Wednesday, March 15, 2023

My Dividend Growth Investing Origin Story

Every November when it comes time to renew the domain name for this blog, I promise myself that I'll write more in the new year. My best intentions usually lose steam in late January or early February. In order to recreate the spark, here is the first of what could best be described as 15-minute, quality over quantity, blog entries. 
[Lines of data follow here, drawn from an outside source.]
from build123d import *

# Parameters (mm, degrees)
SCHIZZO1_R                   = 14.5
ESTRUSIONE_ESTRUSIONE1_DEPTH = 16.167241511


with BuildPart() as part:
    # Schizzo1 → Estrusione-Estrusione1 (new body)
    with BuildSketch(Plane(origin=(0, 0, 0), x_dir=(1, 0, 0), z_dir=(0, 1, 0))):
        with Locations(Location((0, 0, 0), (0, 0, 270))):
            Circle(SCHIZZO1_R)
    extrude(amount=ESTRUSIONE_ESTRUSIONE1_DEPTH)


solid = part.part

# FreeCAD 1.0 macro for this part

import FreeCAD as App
import Part
import Sketcher
from FreeCAD import Vector

doc = App.newDocument("Part")
body = doc.addObject("PartDesign::Body", "Body")

# Sketch on XZ plane
sketch1 = doc.addObject("Sketcher::SketchObject", "Sketch")
body.addObject(sketch1)
sketch1.AttachmentSupport = (doc.XZ_Plane, [""])
sketch1.MapMode = "FlatFace"
sketch1.addGeometry(Part.Circle(Vector(0, 0, 0), Vector(0, 0, 1), 14.5), False)
sketch1.addConstraint(Sketcher.Constraint("Coincident", 0, 3, -1, 1))
sketch1.addConstraint(Sketcher.Constraint("Diameter", 0, 29.0))
pad1 = doc.addObject("PartDesign::Pad", "Pad")
body.addObject(pad1)
pad1.Profile = sketch1
pad1.Length = 16.167242
pad1.Reversed = True

doc.recompute()
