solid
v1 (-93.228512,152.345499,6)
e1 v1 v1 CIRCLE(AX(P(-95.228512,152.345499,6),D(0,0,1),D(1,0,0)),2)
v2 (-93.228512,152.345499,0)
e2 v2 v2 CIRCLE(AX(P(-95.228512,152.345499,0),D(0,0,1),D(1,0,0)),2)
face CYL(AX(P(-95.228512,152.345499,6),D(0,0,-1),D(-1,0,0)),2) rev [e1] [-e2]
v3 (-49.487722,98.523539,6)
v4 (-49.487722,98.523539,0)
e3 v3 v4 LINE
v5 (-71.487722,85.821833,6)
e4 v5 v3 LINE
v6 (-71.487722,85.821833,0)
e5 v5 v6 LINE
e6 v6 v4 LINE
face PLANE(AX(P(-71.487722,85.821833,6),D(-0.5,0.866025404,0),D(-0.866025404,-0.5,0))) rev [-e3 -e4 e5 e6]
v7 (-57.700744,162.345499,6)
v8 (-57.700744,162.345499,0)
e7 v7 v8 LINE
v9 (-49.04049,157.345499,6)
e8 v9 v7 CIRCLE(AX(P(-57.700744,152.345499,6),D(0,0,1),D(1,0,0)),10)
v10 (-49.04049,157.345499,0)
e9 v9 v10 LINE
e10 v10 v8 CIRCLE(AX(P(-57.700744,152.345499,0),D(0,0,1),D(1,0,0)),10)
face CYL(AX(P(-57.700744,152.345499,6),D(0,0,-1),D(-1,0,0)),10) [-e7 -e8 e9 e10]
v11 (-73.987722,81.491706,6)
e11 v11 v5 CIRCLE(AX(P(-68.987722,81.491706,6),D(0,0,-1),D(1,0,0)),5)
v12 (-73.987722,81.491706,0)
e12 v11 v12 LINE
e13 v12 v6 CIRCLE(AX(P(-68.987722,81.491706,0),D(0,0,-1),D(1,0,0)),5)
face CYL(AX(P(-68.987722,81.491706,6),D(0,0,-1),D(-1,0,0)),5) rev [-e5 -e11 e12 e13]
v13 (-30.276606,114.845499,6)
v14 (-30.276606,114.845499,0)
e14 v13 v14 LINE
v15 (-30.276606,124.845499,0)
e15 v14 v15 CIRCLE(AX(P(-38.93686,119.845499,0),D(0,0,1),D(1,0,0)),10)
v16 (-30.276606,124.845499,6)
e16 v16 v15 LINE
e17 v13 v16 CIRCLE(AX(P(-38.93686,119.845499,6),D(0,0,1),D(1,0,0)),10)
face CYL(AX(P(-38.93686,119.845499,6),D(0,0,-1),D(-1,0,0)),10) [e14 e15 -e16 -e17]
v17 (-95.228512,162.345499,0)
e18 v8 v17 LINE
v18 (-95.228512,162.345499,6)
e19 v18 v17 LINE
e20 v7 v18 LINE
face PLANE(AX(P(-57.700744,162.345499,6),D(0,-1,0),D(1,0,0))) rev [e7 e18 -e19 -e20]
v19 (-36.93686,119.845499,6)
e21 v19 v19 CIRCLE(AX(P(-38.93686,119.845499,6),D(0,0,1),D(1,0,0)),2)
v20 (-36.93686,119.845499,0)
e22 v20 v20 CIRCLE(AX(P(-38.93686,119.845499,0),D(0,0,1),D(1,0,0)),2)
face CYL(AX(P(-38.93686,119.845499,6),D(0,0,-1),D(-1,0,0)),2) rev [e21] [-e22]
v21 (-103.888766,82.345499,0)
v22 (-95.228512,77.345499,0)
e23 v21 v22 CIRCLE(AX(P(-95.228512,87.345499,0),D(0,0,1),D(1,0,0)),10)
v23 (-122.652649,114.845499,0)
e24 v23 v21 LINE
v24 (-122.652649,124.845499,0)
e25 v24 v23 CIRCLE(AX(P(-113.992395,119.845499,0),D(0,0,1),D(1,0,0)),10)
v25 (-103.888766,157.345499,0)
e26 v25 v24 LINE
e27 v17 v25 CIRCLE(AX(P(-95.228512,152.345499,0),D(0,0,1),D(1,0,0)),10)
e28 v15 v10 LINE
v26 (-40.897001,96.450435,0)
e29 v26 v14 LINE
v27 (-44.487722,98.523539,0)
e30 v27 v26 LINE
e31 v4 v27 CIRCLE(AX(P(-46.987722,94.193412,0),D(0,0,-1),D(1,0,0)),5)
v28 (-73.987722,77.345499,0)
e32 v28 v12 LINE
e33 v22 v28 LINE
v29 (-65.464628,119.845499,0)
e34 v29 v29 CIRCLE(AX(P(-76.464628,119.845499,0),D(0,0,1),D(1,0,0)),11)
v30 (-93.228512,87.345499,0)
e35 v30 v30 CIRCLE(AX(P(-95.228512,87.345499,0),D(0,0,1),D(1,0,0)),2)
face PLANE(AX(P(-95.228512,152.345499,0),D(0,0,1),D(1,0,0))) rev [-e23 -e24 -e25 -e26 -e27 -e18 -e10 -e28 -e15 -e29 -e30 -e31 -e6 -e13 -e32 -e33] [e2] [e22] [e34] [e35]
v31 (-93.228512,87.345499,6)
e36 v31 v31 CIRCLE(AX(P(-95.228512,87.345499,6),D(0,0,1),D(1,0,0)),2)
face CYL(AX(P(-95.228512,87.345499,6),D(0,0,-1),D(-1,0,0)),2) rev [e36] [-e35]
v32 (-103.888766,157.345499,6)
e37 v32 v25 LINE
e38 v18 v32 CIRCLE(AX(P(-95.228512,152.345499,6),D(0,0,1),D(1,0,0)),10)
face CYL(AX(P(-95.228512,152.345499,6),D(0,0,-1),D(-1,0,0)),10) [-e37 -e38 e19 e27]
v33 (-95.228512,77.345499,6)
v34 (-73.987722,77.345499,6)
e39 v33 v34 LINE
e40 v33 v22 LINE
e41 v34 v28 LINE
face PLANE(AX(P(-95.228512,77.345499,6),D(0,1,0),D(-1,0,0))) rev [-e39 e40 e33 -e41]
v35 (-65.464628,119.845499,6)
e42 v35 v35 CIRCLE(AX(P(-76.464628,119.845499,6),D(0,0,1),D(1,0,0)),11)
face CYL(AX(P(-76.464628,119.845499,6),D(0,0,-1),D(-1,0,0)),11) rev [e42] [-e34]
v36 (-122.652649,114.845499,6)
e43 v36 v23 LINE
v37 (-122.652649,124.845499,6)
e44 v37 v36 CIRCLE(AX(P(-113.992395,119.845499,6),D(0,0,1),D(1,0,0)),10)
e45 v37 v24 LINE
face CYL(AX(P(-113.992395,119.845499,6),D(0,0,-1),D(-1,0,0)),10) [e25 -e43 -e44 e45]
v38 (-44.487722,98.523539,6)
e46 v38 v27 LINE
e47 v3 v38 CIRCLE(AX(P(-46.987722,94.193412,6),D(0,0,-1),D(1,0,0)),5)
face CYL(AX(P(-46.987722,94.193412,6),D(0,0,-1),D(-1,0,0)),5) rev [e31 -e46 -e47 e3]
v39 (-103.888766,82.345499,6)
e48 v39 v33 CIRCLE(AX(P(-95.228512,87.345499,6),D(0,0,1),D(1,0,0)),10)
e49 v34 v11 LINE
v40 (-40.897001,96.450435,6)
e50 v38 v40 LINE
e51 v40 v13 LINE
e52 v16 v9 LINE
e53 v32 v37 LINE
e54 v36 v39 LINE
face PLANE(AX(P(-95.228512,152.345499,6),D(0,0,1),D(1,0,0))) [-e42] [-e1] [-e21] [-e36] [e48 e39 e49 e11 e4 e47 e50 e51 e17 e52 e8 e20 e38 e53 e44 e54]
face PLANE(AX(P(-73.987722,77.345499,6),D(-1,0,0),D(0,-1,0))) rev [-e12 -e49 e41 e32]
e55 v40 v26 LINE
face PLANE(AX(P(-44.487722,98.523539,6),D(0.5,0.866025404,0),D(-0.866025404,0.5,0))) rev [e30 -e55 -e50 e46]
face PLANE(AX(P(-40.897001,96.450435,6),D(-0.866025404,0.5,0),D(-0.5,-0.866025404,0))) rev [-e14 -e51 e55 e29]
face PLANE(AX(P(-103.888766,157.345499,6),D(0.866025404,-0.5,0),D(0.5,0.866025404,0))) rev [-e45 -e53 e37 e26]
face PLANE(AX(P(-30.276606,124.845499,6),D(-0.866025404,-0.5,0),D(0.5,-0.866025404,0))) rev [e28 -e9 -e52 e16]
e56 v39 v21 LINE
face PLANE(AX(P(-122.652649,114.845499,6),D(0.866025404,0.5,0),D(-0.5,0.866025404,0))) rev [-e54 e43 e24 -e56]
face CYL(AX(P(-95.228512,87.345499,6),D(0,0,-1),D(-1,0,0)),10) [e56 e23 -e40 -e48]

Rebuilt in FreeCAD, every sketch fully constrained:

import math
import FreeCAD as App
import Part
import Sketcher

V = App.Vector
Q = App.Units.Quantity

doc = App.newDocument("Part")
body = doc.addObject("PartDesign::Body", "Body")

sketch1 = doc.addObject("Sketcher::SketchObject", "Sketch")
body.addObject(sketch1)
sketch1.AttachmentSupport = (doc.XY_Plane, [""])
sketch1.MapMode = "FlatFace"
sketch1.addGeometry([
    Part.LineSegment(V(-57.7, 162.3, 0), V(-95.2, 162.3, 0)),
    Part.ArcOfCircle(Part.Circle(V(-95.2, 152.3, 0), V(0, 0, 1), 10), math.radians(90), math.radians(150)),
    Part.LineSegment(V(-103.9, 157.3, 0), V(-122.7, 124.8, 0)),
    Part.ArcOfCircle(Part.Circle(V(-114, 119.8, 0), V(0, 0, 1), 10), math.radians(150), math.radians(210)),
    Part.LineSegment(V(-122.7, 114.8, 0), V(-103.9, 82.3, 0)),
    Part.ArcOfCircle(Part.Circle(V(-95.2, 87.3, 0), V(0, 0, 1), 10), math.radians(-150), math.radians(-90)),
    Part.LineSegment(V(-95.2, 77.3, 0), V(-74, 77.3, 0)),
    Part.LineSegment(V(-74, 77.3, 0), V(-74, 81.5, 0)),
    Part.ArcOfCircle(Part.Circle(V(-69, 81.5, 0), V(0, 0, 1), 5), math.radians(120), math.radians(180)),
    Part.LineSegment(V(-71.5, 85.8, 0), V(-49.5, 98.5, 0)),
    Part.ArcOfCircle(Part.Circle(V(-47, 94.2, 0), V(0, 0, 1), 5), math.radians(60), math.radians(120)),
    Part.LineSegment(V(-44.5, 98.5, 0), V(-40.9, 96.5, 0)),
    Part.LineSegment(V(-40.9, 96.5, 0), V(-30.3, 114.8, 0)),
    Part.ArcOfCircle(Part.Circle(V(-38.9, 119.8, 0), V(0, 0, 1), 10), math.radians(-30), math.radians(30)),
    Part.LineSegment(V(-30.3, 124.8, 0), V(-49, 157.3, 0)),
    Part.ArcOfCircle(Part.Circle(V(-57.7, 152.3, 0), V(0, 0, 1), 10), math.radians(30), math.radians(90)),
    Part.Circle(V(-95.2, 87.3, 0), V(0, 0, 1), 2),
    Part.Circle(V(-76.5, 119.8, 0), V(0, 0, 1), 11),
    Part.Circle(V(-95.2, 152.3, 0), V(0, 0, 1), 2),
    Part.Circle(V(-38.9, 119.8, 0), V(0, 0, 1), 2),
], False)
sketch1.addConstraint([
    Sketcher.Constraint("Tangent", 0, 2, 1, 1),
    Sketcher.Constraint("Tangent", 1, 2, 2, 1),
    Sketcher.Constraint("Tangent", 2, 2, 3, 1),
    Sketcher.Constraint("Tangent", 3, 2, 4, 1),
    Sketcher.Constraint("Tangent", 4, 2, 5, 1),
    Sketcher.Constraint("Tangent", 5, 2, 6, 1),
    Sketcher.Constraint("Coincident", 6, 2, 7, 1),
    Sketcher.Constraint("Tangent", 7, 2, 8, 2),
    Sketcher.Constraint("Tangent", 8, 1, 9, 1),
    Sketcher.Constraint("Tangent", 9, 2, 10, 2),
    Sketcher.Constraint("Tangent", 10, 1, 11, 1),
    Sketcher.Constraint("Coincident", 11, 2, 12, 1),
    Sketcher.Constraint("Tangent", 12, 2, 13, 1),
    Sketcher.Constraint("Tangent", 13, 2, 14, 1),
    Sketcher.Constraint("Tangent", 14, 2, 15, 1),
    Sketcher.Constraint("Tangent", 15, 2, 0, 1),
    Sketcher.Constraint("Horizontal", 0),
    Sketcher.Constraint("Horizontal", 6),
    Sketcher.Constraint("Vertical", 7),
    Sketcher.Constraint("Coincident", 16, 3, 5, 3),
    Sketcher.Constraint("Coincident", 18, 3, 1, 3),
    Sketcher.Constraint("Coincident", 19, 3, 13, 3),
    Sketcher.Constraint("Equal", 1, 3),
    Sketcher.Constraint("Equal", 3, 5),
    Sketcher.Constraint("Equal", 8, 10),
    Sketcher.Constraint("Equal", 5, 13),
    Sketcher.Constraint("Equal", 13, 15),
    Sketcher.Constraint("Equal", 16, 18),
    Sketcher.Constraint("Equal", 18, 19),
    Sketcher.Constraint("Perpendicular", 4, 9),
    Sketcher.Constraint("Perpendicular", 2, 11),
    Sketcher.Constraint("Perpendicular", 11, 12),
    Sketcher.Constraint("Perpendicular", 9, 14),
    Sketcher.Constraint("Horizontal", 3, 3, 13, 3),
    Sketcher.Constraint("Horizontal", 13, 3, 17, 3),
    Sketcher.Constraint("Horizontal", 9, 2, 10, 1),
    Sketcher.Constraint("Vertical", 1, 3, 5, 3),
    Sketcher.Constraint("Diameter", 16, Q("4 mm")),
    Sketcher.Constraint("Diameter", 17, Q("22 mm")),
    Sketcher.Constraint("Radius", 1, Q("10 mm")),
    Sketcher.Constraint("Radius", 8, Q("5 mm")),
    Sketcher.Constraint("Angle", 2, Q("-120 deg")),
    Sketcher.Constraint("DistanceY", 5, 3, 1, 3, Q("65 mm")),
    Sketcher.Constraint("DistanceX", 8, 3, 10, 3, Q("22 mm")),
    Sketcher.Constraint("DistanceX", 11, 2, -1, 1, Q("40.897001 mm")),
    Sketcher.Constraint("DistanceX", 6, 1, 6, 2, Q("21.24079 mm")),
    Sketcher.Constraint("DistanceY", -1, 1, 1, 3, Q("152.345499 mm")),
    Sketcher.Constraint("Distance", 12, Q("21.24079 mm")),
    Sketcher.Constraint("DistanceX", 0, 2, 0, 1, Q("37.527767 mm")),
    Sketcher.Constraint("DistanceX", 17, 3, -1, 1, Q("76.464628 mm")),
])
pad1 = doc.addObject("PartDesign::Pad", "Pad")
body.addObject(pad1)
pad1.Profile = sketch1
pad1.Length = 6

doc.recompute()
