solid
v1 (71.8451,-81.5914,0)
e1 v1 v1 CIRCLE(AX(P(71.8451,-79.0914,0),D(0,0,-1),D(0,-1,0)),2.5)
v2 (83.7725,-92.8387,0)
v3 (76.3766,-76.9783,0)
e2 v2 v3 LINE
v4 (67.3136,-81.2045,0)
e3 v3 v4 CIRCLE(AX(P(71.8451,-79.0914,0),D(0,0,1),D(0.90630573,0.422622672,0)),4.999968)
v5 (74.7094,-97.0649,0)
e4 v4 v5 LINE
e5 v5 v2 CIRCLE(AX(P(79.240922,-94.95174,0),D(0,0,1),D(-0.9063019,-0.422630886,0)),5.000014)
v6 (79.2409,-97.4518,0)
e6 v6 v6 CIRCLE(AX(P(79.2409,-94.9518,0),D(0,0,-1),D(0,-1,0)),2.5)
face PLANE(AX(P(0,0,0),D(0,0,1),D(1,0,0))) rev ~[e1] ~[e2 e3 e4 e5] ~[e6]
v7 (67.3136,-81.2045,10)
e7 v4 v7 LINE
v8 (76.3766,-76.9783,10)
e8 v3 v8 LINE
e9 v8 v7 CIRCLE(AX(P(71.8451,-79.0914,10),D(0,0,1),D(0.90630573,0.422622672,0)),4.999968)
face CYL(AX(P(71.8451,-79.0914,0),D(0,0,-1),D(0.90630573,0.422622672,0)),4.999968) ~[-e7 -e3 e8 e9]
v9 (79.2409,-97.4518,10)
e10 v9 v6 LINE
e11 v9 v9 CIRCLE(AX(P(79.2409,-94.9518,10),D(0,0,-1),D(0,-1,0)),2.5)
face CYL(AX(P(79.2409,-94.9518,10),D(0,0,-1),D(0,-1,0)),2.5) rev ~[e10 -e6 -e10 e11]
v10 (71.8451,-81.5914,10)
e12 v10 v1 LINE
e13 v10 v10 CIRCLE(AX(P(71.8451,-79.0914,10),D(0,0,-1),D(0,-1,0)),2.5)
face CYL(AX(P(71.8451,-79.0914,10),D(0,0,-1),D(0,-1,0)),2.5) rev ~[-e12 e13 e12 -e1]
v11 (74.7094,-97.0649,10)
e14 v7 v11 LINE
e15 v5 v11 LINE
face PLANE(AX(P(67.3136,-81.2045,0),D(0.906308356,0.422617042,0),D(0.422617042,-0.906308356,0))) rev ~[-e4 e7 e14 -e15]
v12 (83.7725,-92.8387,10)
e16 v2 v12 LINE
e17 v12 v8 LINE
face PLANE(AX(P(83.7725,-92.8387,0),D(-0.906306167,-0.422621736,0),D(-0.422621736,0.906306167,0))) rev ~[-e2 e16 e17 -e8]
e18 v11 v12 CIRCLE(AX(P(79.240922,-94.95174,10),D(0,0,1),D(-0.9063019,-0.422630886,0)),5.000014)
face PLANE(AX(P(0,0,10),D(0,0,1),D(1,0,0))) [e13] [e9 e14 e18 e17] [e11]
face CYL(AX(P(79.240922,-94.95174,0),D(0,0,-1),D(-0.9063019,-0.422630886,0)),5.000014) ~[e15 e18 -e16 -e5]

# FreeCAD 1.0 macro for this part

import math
import FreeCAD as App
import Part
import Sketcher

V = App.Vector
Q = App.Units.Quantity

doc = App.newDocument("Part")
params = doc.addObject("Spreadsheet::Sheet", "Params")
for row, (alias, value) in enumerate([
    ("sketch1_radius", "5 mm"),
    ("sketch1_length", "17.5 mm"),
    ("pad1_length", "10 mm"),
    ("sketch2_diameter", "5 mm"),
    ("hole_diameter", "5 mm"),
], start=1):
    params.set(f"A{row}", alias)
    params.set(f"B{row}", "=" + value)
    params.setAlias(f"B{row}", alias)

body = doc.addObject("PartDesign::Body", "Body")

sketch1 = body.newObject("Sketcher::SketchObject", "Sketch")
sketch1.AttachmentSupport = (doc.getObject("XY_Plane"), [""])
sketch1.MapMode = "FlatFace"
sketch1.addGeometry(Part.ArcOfCircle(Part.Circle(V(71.8, -79.1, 0), V(0, 0, 1), 5), math.radians(25), math.radians(205)), False)
sketch1.addGeometry(Part.LineSegment(V(67.3, -81.2, 0), V(74.7, -97.1, 0)), False)
sketch1.addGeometry(Part.ArcOfCircle(Part.Circle(V(79.2, -95, 0), V(0, 0, 1), 5), math.radians(-155), math.radians(25)), False)
sketch1.addGeometry(Part.LineSegment(V(83.8, -92.8, 0), V(76.4, -77, 0)), False)
sketch1.addConstraint(Sketcher.Constraint("Tangent", 0, 2, 1, 1))
sketch1.addConstraint(Sketcher.Constraint("Tangent", 1, 2, 2, 1))
sketch1.addConstraint(Sketcher.Constraint("Tangent", 2, 2, 3, 1))
sketch1.addConstraint(Sketcher.Constraint("Tangent", 3, 2, 0, 1))
sketch1.addConstraint(Sketcher.Constraint("Equal", 0, 2))
sketch1.addConstraint(Sketcher.Constraint("Radius", 0, 5.0))
sketch1.addConstraint(Sketcher.Constraint("Angle", 1, Q("-65 deg")))
sketch1.addConstraint(Sketcher.Constraint("Distance", 1, 17.5))
sketch1.addConstraint(Sketcher.Constraint("DistanceX", -1, 1, 0, 3, 71.845))
sketch1.addConstraint(Sketcher.Constraint("DistanceY", 1, 2, -1, 1, 97.065))
sketch1.setExpression("Constraints[5]", "Params.sketch1_radius")
sketch1.setExpression("Constraints[7]", "Params.sketch1_length")
pad1 = body.newObject("PartDesign::Pad", "Pad")
pad1.Profile = sketch1
pad1.setExpression("Length", "Params.pad1_length")

sketch2 = body.newObject("Sketcher::SketchObject", "Sketch001")
sketch2.AttachmentSupport = (doc.getObject("XY_Plane"), [""])
sketch2.MapMode = "FlatFace"
sketch2.AttachmentOffset = App.Placement(V(0, 0, 10), App.Rotation())
sketch2.addGeometry(Part.Circle(V(71.8, -79.1, 0), V(0, 0, 1), 2.5), False)
sketch2.addGeometry(Part.Circle(V(79.2, -95, 0), V(0, 0, 1), 2.5), False)
sketch2.addConstraint(Sketcher.Constraint("Equal", 0, 1))
sketch2.addConstraint(Sketcher.Constraint("Diameter", 0, 5.0))
sketch2.addConstraint(Sketcher.Constraint("DistanceX", -1, 1, 0, 3, 71.845))
sketch2.addConstraint(Sketcher.Constraint("DistanceX", -1, 1, 1, 3, 79.241))
sketch2.addConstraint(Sketcher.Constraint("DistanceY", 0, 3, -1, 1, 79.0914))
sketch2.addConstraint(Sketcher.Constraint("DistanceY", 1, 3, -1, 1, 94.9518))
sketch2.setExpression("Constraints[1]", "Params.sketch2_diameter")
doc.recompute()
hole = body.newObject("PartDesign::Hole", "Hole")
hole.Profile = sketch2
hole.ThreadType = "None"
hole.setExpression("Diameter", "Params.hole_diameter")
hole.DepthType = "ThroughAll"

doc.recompute()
Since I love hearing about how people decided to adopt a certain approach to investing, I wanted to share my “origin story”.
Like most 20-somethings, I started to make lots of mistakes after I opened my self-directed brokerage account. A couple of my first purchases of shares were in companies that ended up going to $0 (Nortel and 360 networks). I also bought shares in a China ETF that ended up losing ~80% of its value, and a Canadian technology ETF whose performance was only slightly better than that of Nortel. On the other hand, the shares I bought in the Bank of Montreal and RioCan REIT, climbed steadily, and also distributed cash regularly.
Collecting dividends and distributions felt great given I was working in a series of entry level accounting and finance jobs that are notoriously difficult. Realizing that by investing some of my salary from these tough jobs, I could built a side income that could be leveraged to perhaps work less in the future, or at least pick a more enjoyable, if slightly less well paying job, held strong appeal to me.
For context, during this period in the early 2000s, a number of large corporate fraud cases were being discovered, leading to the downfall of such companies as Worldcom, Tyco and Enron. Hearing about these frauds caused me to distrust corporate executives, which coincided well with the idea of looking for companies who decided to return funds to shareholders, instead of retaining them to build their personal vanity projects.
Although the transition from a growth oriented, story-focused form of stock picking to dividend growth took almost ten years, I’m still proud of making that change. Looking back, I see lots of mistakes I made chasing yield, being seduced by management guidance, and concentrating my holdings in obscure, semi-illiquid shares, but those are the type of mistakes that pay figurative dividends now that I can hopefully avoid them, or at least minimize them.